Friday, January 21, 2011

Cooperative multitasking using the Eventually workflow

In cooperative multitasking at most one task executes at any time. In order for another task to execute, the task currently in control must explicitly pause itself. The scheduler keeps track of which task is executing, which tasks are ready to be executed and which are blocked or sleeping.

This form of multitasking lacks concurrency, which makes it easy for multiple tasks to synchronize and communicate. On the downside, it is not suitable for improving performance of cpu-bound computations.

I have implemented a cooperative-multitasking "operating system" consisting of a scheduler and a couple "system calls" which I believe will make it easier for me to develop the menu systems of my future games. In this article I describe the design and API of this light-weight operating system.

The scheduler

The scheduler is implemented in class Scheduler in CoopMultiTasking.fs, where these methods are available:
  • AddTask: A task is an Eventually<unit> computation expression, and can be added to the scheduler using this method. The task won't execute until method RunFor is called. A task is removed from the scheduler after it completes.
  • HasLiveTasks indicates if the scheduler has at least one task which hasn't completed.
  • RunFor executes all ready tasks for a specified amount of time. Typically, this should be 1/60 for a game running at 60 frames per second, but any value will do. It is for instance possible to "fast-forward" execution by passing durations that exceed the amount of real time that has passed. See "Simulated time vs real time" below for details.

The system calls

Class Environment makes it possible for tasks to interact with the scheduler to control their execution and spawn sub-tasks.
  • Spawn allows a task to add a sub-task to the scheduler. The scheduler returns an instance of TaskController which can be used to instruct the sub-task to complete early and to wait for the sub-task to complete early. Spawn does not actually take a task, but a function which takes a reference to a Boolean and returns a task. The Boolean indicates when the task should kill itself. See "Killing sub-tasks" below form more information.
  • SpawnRepeat is a variant of Spawn which executes a sub-task in a loop. It returns a TaskController which can be used to interrupt the loop. Unlike Spawn, this method expects a task. The sub-task should be very short, as an iteration of the loop cannot be interrupted.
  • Wait causes the task to wait a specific duration. Note that this duration does not correspond to real time, but to durations as passed to RunFor.
  • Yield causes the task to stop executing, but remain ready for execution. If another task is ready, the scheduler executes it, otherwise the task continues executing.
  • WaitNextFrame causes the task to stop executing until the next time the scheduler's RunFor is called.
  • WaitUntil takes a function with signature unit -> bool. The task is paused until the function returns true. The function is first evaluated in the current frame without waiting, then once per call to RunFor. Note that the first evaluation of the function is preceded by an implicit call to Yield.

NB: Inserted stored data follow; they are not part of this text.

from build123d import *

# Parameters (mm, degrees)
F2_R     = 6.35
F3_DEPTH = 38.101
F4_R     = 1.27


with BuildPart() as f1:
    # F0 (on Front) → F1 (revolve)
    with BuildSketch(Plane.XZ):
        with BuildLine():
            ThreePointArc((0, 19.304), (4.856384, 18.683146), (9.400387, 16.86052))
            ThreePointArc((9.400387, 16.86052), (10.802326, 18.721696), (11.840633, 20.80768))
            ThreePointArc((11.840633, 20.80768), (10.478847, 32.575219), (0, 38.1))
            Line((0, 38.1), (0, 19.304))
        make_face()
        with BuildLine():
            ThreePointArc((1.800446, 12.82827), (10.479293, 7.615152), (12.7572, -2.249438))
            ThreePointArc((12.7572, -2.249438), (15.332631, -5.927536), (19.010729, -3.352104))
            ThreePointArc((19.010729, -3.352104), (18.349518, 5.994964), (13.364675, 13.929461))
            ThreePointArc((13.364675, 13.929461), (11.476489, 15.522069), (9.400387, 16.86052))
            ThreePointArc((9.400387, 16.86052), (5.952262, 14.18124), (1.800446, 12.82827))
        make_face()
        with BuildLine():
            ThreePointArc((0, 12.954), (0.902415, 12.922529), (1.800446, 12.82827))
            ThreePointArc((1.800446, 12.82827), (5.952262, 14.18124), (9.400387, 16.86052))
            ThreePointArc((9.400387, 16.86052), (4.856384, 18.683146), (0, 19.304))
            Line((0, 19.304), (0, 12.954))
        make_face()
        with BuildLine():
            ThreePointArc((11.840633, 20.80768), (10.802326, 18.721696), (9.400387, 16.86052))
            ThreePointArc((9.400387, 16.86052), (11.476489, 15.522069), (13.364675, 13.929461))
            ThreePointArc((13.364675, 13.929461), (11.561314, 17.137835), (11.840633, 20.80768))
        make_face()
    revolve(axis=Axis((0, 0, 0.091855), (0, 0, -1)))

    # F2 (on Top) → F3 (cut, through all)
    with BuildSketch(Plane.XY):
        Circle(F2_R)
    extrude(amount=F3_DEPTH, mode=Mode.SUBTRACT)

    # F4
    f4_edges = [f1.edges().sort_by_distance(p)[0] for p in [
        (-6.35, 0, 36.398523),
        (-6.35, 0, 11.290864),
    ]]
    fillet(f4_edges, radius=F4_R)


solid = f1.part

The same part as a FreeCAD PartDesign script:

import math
import FreeCAD as App
import Part
import Sketcher
Q = App.Units.Quantity


def edges_at(feature, points):
    """Names of the edges that pass closest to the given points."""
    edges = feature.Shape.Edges
    near = lambda p: min(range(len(edges)), key=lambda i: edges[i].distToShape(Part.Vertex(*p))[0])
    return sorted({f"Edge{near(p) + 1}" for p in points})

doc = App.newDocument("Part")
body = doc.addObject("PartDesign::Body", "Body")

sketch1 = doc.addObject("Sketcher::SketchObject", "Sketch")
body.addObject(sketch1)
sketch1.AttachmentSupport = (doc.XZ_Plane, [""])
sketch1.MapMode = "FlatFace"
sketch1.addGeometry([
    Part.ArcOfCircle(Part.Circle(App.Vector(0, 25.4, 0), App.Vector(0, 0, 1), 12.7), math.radians(-21.198493), math.radians(90.000001)),
    Part.LineSegment(App.Vector(0, 38.1, 0), App.Vector(0, 12.954, 0)),
    Part.ArcOfCircle(Part.Circle(App.Vector(-0.000008, -0.000125, 0), App.Vector(0, 0, 1), 12.954125), math.radians(82.01077), math.radians(89.999963)),
    Part.ArcOfCircle(Part.Circle(App.Vector(0, 0, 0), App.Vector(0, 0, 1), 12.954), math.radians(-9.999998), math.radians(82.010731)),
    Part.ArcOfCircle(Part.Circle(App.Vector(15.883964, -2.800772, 0), App.Vector(0, 0, 1), 3.175), math.radians(169.999989), math.radians(350.000009)),
    Part.ArcOfCircle(Part.Circle(App.Vector(-0.000003, -0.000001, 0), App.Vector(0, 0, 1), 19.304003), math.radians(-9.999994), math.radians(46.185423)),
    Part.ArcOfCircle(Part.Circle(App.Vector(17.760952, 18.511521, 0), App.Vector(0, 0, 1), 6.350002), math.radians(158.801524), math.radians(226.185415)),
], False)
sketch1.addConstraint([
    Sketcher.Constraint("Coincident", 0, 2, 1, 1),
    Sketcher.Constraint("Coincident", 1, 2, 2, 2),
    Sketcher.Constraint("Coincident", 2, 1, 3, 2),
    Sketcher.Constraint("Coincident", 3, 1, 4, 1),
    Sketcher.Constraint("Coincident", 4, 2, 5, 1),
    Sketcher.Constraint("Coincident", 5, 2, 6, 2),
    Sketcher.Constraint("Coincident", 6, 1, 0, 1),
    Sketcher.Constraint("Vertical", 1),
    Sketcher.Constraint("Coincident", 3, 3, -1, 1),
    Sketcher.Constraint("Coincident", 5, 3, -1, 1),
    Sketcher.Constraint("PointOnObject", 0, 3, -2),
    Sketcher.Constraint("PointOnObject", 0, 2, -2),
    Sketcher.Constraint("Radius", 0, Q("0.5 in")),
    Sketcher.Constraint("Radius", 3, Q("0.51 in")),
    Sketcher.Constraint("Radius", 5, Q("0.7600001 in")),
    Sketcher.Constraint("Radius", 6, Q("0.2500001 in")),
    Sketcher.Constraint("DistanceY", -1, 1, 0, 3, Q("1 in")),
    Sketcher.Constraint("DistanceY", 1, 2, 1, 1, Q("0.99 in")),
    Sketcher.Constraint("DistanceY", -1, 1, 6, 1, Q("0.8192 in")),
    Sketcher.Constraint("Radius", 2, 12.954125),
    Sketcher.Constraint("DistanceX", -1, 1, 3, 1, 12.7572),
    Sketcher.Constraint("DistanceY", 3, 1, 5, 2, 16.178899),
    Sketcher.Constraint("DistanceY", 4, 3, -1, 1, 2.800772),
    Sketcher.Constraint("DistanceY", -1, 1, 2, 1, 12.82827),
    Sketcher.Constraint("DistanceX", -1, 1, 4, 2, 19.010729),
])
revolution = doc.addObject("PartDesign::Revolution", "Revolution")
body.addObject(revolution)
revolution.Profile = sketch1
revolution.ReferenceAxis = (sketch1, ["V_Axis"])
revolution.Angle = 360

sketch2 = doc.addObject("Sketcher::SketchObject", "Sketch001")
body.addObject(sketch2)
sketch2.AttachmentSupport = (doc.XY_Plane, [""])
sketch2.MapMode = "FlatFace"
sketch2.addGeometry(Part.Circle(App.Vector(0, 0, 0), App.Vector(0, 0, 1), 6), False)
sketch2.addConstraint([
    Sketcher.Constraint("Coincident", 0, 3, -1, 1),
    Sketcher.Constraint("Diameter", 0, Q("0.5 in")),
])
pocket1 = doc.addObject("PartDesign::Pocket", "Pocket")
body.addObject(pocket1)
pocket1.Profile = sketch2
pocket1.Type = "ThroughAll"
pocket1.Reversed = True
doc.recompute()

fillet = doc.addObject("PartDesign::Fillet", "Fillet")
body.addObject(fillet)
fillet.Base = (pocket1, edges_at(pocket1, [(-6.35, 0, 36.399), (-6.35, 0, 11.291)]))
fillet.Radius = Q("0.05 in")

doc.recompute()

Simulated time vs real time

The time inside this environment, which I call simulated time, does not correspond to real time. Simulated time passes every time RunFor is called by the amount of time specified to RunFor.

Even if you always pass to RunFor the amount of real time that has passed, the amount of time tasks wait is not coupled to real time. This is due to RunFor never sleeping, even when all tasks are waiting. Instead, it directly advances the simulated time.

Tasks which are waiting for durations exceeding the frame time wake up during the correct frame. Within a frame, tasks wake up in the correct order, in accordance to their amount of time left before waking up.

Killing sub-tasks

It is not possible to forcibly kill a sub-task. Instead, a notification mechanism using a reference to a Boolean cell is used. It is the responsibility of the sub-task to test this cell often enough that excessively long delays after requesting termination do not occur. I realize this may not be a popular design decision, as this forces one to sprinkle the code of tasks with checks for termination requests. The rationale behind this decision is that uncontrolled termination can leave an application in an incorrect state. I don't feel strongly about that point, though.

Tuesday, January 18, 2011

The Eventually workflow

The F# specification gives an example of custom workflow in its section on computation expressions. I have extended it as shown below:

type Eventually<'R> =
    | Completed of 'R
    | Blocked of float32 * (unit -> Eventually<'R>)
    | BlockedNextFrame of (unit -> Eventually<'R>)
    | Running of (unit -> Eventually<'R>)
    | Yield of (unit -> Eventually<'R>)

An Eventually computation can be in one of the following states:
  • Completed, in which case the state includes the result of the computation.
  • Blocked, when the computation is paused, and the state contains the amount of time remaining before it resumes.
  • BlockedNextFrame, when the computation is paused for a short while, until the start of next frame. The meaning of "next frame" is up to the scheduler, which is described in an upcoming article
  • Running, which indicates the computation is ready to proceed.
  • Yield, when the computation is willing to pass control to another computation which is in state Running, if any. Otherwise, the computation is ready to proceed.
All states but the first one, Completed contain a function value which when executed produces a new state. It represents the work that the computation can perform "in one block" before returning control to the scheduler. When that happens, the scheduler updates the state of the computation.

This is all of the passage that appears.